Why Land Matters
In agrarian societies, land is not merely an economic asset. It is security, status, and sovereignty. A woman who owns land cannot be easily evicted from her home, dismissed from family decisions, or left destitute by a husband's death or abandonment.
In rural Maharashtra, the overwhelming majority of agricultural land is owned or controlled by men. Women work the land, but they rarely own it. This is not an accident — it is the product of legal gaps, customary practices, and active exclusion.
The Law Versus Reality
Indian law, in theory, gives women equal inheritance rights. The Hindu Succession Act (amended in 2005) extends this to agricultural land. In practice, social pressure, family dynamics, and women's own internalised beliefs about what they are entitled to mean that the law is routinely circumvented.
Daughters sign away their inheritance. Widows are pressured to surrender land to brothers-in-law. Single women are deemed unworthy of property. The gap between the law on paper and the law in practice is enormous.
MASUM's Land Rights Work
Legal literacy training, community mobilisation, and case support are the three pillars of MASUM's land rights work. Women learn what the law says, their communities learn that they support women's claims, and when individual cases arise, MASUM provides accompaniment through legal and administrative processes.

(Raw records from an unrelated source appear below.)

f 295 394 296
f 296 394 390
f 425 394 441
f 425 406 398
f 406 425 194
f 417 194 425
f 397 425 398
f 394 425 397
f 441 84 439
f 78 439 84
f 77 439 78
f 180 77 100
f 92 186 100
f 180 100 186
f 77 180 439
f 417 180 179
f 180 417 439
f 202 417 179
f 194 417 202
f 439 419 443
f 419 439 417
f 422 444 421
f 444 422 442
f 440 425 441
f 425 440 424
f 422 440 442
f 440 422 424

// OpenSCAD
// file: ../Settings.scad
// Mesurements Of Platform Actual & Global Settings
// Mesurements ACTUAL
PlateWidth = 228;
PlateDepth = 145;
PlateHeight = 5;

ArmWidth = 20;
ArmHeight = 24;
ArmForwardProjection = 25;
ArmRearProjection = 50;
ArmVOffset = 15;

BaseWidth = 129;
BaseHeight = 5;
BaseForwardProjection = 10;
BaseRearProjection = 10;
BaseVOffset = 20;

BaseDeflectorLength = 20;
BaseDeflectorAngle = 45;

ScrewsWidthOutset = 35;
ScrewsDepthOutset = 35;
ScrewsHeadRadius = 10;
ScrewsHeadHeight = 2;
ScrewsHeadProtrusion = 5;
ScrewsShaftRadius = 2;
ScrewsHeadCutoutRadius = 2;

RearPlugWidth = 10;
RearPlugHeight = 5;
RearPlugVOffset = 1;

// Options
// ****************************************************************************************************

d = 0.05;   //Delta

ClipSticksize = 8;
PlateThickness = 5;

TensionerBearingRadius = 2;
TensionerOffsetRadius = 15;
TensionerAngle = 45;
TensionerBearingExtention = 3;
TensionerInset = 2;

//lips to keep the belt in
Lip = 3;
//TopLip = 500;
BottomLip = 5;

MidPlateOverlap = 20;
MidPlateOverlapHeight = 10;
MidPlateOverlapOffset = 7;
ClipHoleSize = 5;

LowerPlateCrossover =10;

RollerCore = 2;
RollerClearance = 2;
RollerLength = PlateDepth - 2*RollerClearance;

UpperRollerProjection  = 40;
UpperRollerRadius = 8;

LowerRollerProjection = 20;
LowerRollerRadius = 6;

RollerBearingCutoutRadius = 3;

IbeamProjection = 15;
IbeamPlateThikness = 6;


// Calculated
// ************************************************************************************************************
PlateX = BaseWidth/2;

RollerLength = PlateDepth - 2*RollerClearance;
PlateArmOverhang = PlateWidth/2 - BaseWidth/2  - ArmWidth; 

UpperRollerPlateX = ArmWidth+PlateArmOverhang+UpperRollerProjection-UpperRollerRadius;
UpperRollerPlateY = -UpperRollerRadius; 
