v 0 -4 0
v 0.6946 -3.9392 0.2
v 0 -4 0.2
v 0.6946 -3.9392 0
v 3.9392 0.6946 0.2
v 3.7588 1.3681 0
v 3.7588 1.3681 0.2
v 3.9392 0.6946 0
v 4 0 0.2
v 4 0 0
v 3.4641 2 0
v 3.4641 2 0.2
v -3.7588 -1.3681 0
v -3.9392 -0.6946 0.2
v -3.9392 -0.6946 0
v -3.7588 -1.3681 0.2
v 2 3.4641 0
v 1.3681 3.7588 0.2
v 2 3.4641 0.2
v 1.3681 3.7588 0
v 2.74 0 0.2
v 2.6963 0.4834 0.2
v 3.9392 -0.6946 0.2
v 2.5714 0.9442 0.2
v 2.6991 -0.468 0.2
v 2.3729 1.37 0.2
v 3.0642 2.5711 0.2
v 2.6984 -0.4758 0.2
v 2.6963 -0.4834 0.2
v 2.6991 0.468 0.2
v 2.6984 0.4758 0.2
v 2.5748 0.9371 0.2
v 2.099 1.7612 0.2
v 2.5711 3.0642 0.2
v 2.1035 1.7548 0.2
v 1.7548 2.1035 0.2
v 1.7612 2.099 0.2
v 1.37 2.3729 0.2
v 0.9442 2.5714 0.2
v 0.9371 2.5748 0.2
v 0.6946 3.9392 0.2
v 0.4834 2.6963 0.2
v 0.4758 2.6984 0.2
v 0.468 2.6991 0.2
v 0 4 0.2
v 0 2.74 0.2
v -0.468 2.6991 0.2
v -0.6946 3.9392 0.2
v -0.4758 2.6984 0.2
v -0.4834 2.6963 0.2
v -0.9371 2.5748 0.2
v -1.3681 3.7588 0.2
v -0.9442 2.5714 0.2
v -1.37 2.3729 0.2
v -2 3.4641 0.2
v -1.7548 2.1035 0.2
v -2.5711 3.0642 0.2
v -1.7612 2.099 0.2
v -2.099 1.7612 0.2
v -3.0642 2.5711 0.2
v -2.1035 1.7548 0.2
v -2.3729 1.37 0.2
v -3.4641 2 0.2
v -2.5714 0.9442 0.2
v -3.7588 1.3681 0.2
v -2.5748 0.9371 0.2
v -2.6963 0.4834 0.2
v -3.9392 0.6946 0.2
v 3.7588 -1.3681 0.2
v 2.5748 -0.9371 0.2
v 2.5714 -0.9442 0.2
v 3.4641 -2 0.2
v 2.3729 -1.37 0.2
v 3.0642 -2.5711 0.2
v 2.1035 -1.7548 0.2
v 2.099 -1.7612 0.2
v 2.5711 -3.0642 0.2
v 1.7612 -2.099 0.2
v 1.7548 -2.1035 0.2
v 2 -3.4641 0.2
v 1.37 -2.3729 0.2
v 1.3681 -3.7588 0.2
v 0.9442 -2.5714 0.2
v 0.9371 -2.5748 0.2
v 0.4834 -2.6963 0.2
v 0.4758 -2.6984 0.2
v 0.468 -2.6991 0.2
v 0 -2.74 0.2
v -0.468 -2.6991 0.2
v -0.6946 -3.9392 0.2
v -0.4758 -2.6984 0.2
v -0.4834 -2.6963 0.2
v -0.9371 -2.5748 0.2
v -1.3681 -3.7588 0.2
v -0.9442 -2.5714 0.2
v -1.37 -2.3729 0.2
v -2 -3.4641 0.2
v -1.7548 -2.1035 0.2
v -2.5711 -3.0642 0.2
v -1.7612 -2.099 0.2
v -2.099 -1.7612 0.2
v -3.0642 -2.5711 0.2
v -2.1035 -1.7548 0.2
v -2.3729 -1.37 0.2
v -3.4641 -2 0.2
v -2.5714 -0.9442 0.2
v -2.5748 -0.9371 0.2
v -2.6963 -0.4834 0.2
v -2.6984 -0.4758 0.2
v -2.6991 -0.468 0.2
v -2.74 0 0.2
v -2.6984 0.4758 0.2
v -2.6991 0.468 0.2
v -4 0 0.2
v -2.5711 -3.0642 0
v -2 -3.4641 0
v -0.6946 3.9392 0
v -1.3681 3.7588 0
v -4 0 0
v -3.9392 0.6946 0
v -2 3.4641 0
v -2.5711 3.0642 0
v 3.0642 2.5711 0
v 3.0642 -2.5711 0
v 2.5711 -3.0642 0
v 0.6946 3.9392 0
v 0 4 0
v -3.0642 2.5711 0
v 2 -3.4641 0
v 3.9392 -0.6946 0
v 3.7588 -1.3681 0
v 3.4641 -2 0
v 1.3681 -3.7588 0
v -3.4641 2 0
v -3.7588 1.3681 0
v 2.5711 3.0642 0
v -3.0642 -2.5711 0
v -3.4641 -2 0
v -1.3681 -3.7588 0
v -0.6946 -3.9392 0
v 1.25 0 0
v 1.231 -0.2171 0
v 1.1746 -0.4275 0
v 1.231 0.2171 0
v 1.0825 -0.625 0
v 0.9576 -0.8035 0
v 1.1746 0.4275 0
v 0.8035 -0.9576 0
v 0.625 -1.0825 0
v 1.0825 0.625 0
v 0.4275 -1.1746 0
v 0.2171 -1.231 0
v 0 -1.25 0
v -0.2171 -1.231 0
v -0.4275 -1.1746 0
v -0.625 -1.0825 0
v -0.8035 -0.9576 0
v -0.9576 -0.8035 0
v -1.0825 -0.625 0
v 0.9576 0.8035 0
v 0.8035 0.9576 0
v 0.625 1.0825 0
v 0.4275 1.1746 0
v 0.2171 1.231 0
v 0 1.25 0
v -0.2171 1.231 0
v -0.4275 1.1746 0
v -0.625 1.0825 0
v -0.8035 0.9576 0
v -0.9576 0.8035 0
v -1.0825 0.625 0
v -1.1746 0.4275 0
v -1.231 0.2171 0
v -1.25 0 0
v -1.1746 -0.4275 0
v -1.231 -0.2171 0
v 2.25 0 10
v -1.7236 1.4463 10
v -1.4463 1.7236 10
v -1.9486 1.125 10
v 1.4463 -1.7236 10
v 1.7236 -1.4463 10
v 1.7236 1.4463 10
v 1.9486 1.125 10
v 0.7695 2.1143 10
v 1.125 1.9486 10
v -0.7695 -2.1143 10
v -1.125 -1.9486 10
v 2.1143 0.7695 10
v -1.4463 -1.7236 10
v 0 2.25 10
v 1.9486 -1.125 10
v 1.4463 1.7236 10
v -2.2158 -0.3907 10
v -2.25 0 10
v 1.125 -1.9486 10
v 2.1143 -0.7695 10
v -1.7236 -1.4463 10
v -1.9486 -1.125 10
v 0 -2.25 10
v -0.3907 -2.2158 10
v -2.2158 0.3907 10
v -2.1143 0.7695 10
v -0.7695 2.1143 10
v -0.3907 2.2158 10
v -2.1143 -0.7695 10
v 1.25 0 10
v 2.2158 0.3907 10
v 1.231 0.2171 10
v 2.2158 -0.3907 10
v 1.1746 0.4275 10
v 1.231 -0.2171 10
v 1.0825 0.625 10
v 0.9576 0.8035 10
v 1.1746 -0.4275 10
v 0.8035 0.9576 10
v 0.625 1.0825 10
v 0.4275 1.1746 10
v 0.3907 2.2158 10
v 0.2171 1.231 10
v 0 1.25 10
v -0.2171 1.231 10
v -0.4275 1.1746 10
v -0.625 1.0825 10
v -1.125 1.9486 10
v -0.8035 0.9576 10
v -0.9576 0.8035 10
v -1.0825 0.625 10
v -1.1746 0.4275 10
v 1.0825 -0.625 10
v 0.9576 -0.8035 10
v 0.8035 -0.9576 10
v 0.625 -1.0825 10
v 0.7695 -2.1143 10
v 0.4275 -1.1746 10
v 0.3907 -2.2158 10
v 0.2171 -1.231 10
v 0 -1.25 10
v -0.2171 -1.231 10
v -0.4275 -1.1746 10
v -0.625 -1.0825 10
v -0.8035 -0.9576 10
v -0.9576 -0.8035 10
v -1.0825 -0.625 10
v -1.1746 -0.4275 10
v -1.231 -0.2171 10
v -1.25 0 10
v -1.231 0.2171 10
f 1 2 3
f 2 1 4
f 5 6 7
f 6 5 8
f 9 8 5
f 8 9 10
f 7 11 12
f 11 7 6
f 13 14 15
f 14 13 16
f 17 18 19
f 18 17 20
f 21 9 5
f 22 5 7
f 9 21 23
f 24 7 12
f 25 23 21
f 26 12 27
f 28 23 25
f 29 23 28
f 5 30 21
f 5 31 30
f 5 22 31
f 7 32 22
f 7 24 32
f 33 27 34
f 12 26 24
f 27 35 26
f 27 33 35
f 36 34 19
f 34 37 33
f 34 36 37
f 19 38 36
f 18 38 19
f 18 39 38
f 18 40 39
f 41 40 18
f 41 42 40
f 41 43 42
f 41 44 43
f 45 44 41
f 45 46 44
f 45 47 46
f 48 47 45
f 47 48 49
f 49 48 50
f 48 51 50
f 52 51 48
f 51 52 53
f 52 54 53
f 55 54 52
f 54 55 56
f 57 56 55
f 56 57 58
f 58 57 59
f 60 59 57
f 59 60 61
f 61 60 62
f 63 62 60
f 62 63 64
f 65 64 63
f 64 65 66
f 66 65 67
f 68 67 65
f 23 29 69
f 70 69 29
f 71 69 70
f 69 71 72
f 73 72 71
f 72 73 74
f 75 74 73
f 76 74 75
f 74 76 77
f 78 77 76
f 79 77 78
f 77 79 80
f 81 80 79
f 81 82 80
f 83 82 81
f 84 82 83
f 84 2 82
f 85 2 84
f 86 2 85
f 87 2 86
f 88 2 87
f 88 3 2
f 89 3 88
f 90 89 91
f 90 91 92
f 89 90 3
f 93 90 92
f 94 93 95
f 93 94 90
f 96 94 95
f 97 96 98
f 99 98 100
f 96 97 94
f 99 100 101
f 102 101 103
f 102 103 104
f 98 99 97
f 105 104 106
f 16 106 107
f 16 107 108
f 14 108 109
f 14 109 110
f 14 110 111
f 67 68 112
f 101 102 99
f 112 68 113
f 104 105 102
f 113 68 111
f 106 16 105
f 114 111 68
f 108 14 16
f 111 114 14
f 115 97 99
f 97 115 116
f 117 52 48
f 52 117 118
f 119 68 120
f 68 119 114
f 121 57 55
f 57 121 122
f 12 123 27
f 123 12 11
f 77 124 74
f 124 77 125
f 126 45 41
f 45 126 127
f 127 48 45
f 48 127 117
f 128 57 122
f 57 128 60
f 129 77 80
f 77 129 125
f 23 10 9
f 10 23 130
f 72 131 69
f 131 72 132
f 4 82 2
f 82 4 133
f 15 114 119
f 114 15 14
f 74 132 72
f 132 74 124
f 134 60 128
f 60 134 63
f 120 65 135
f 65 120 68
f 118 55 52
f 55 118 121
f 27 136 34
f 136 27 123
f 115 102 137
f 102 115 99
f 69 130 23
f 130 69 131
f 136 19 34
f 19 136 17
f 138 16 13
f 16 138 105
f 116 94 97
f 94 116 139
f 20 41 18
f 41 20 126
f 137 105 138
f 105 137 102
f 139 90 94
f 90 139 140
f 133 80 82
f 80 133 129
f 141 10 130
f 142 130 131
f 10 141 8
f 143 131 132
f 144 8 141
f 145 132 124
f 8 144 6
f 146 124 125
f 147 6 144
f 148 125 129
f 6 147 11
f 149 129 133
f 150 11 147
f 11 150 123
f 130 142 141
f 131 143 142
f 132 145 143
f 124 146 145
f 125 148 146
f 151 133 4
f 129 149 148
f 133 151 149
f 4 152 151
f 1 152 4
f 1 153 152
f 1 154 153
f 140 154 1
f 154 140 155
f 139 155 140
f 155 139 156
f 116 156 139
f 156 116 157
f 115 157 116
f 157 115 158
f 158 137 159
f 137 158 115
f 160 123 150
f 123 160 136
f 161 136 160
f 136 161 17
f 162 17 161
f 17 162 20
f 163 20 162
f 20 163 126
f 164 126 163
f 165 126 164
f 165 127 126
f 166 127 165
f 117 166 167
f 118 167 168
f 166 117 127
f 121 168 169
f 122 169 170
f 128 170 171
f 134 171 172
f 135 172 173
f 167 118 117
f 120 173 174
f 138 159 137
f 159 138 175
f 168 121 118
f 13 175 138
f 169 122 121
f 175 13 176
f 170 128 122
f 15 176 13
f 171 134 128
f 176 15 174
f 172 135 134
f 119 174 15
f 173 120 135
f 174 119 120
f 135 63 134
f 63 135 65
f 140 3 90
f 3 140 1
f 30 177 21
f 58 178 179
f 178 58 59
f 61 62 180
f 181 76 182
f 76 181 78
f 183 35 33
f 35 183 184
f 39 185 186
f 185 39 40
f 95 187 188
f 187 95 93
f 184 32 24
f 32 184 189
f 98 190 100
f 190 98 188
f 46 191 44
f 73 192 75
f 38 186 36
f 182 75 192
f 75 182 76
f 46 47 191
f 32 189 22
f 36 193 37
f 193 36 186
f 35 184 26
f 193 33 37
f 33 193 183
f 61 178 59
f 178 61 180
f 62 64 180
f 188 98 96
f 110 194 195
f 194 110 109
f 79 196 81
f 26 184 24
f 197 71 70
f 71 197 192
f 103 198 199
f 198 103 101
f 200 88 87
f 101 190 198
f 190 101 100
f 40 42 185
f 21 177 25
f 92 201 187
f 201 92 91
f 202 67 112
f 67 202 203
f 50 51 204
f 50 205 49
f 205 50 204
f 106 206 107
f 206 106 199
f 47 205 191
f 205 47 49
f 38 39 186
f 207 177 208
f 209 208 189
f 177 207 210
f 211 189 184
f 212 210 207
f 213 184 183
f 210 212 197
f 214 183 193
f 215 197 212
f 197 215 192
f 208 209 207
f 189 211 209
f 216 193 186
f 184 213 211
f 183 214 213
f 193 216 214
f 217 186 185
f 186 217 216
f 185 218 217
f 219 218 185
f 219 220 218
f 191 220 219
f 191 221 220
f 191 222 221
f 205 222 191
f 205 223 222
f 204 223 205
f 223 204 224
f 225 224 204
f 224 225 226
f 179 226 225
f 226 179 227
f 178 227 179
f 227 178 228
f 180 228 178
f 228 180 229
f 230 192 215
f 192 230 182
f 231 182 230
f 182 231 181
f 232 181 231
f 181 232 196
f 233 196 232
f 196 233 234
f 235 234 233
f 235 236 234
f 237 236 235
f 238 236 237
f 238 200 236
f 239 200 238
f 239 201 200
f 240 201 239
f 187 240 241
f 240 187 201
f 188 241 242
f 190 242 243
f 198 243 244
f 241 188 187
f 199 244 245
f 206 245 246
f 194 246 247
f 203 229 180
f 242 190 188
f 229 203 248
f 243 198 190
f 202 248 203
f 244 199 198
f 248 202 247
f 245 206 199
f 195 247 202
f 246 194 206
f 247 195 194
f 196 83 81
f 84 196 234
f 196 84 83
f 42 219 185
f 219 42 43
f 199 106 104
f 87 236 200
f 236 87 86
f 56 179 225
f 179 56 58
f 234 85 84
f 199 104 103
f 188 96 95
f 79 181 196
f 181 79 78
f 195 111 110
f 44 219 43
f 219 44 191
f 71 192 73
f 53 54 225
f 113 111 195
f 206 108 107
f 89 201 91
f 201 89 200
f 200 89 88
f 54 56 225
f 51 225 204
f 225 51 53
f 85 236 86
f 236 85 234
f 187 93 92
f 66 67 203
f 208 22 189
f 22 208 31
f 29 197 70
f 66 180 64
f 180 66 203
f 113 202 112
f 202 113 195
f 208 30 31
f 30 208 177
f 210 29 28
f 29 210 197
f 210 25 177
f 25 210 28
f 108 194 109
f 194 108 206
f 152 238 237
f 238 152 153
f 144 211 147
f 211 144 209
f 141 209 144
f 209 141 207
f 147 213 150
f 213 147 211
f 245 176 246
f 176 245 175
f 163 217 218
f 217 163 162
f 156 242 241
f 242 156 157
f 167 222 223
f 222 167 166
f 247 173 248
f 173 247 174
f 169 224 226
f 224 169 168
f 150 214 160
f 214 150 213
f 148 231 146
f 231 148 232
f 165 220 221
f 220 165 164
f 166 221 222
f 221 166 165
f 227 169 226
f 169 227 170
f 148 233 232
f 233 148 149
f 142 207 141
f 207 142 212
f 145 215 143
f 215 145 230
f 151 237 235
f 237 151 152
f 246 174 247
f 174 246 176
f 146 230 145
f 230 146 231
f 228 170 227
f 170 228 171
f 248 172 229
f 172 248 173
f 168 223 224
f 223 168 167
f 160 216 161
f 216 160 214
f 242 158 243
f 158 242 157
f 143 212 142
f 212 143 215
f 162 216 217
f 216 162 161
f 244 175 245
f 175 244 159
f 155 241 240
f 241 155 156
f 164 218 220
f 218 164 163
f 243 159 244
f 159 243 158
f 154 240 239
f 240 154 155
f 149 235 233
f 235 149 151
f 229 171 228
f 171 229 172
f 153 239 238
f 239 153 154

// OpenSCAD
difference(){
union(){
cylinder(r=4,h=0.2,$fn=36);
cylinder(r1=2.75,r2=2.25,h=10,$fn=36);}
translate([0,0,-1])cylinder(r=1.25,h=20,$fn=36);}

This is slow work. Changing property norms requires confronting some of the deepest beliefs about family, honour, and women's role in society. But the cases that succeed — a widow who secures her seven-acre plot, a daughter who demands and receives her share — send ripples far beyond the individual.
Land as Liberation
Women who own land do not just gain an asset. They gain a stake in the community, a seat at the table in family decisions, and insurance against the vulnerabilities that have historically been used to control them. Land rights are, at their core, rights to personhood.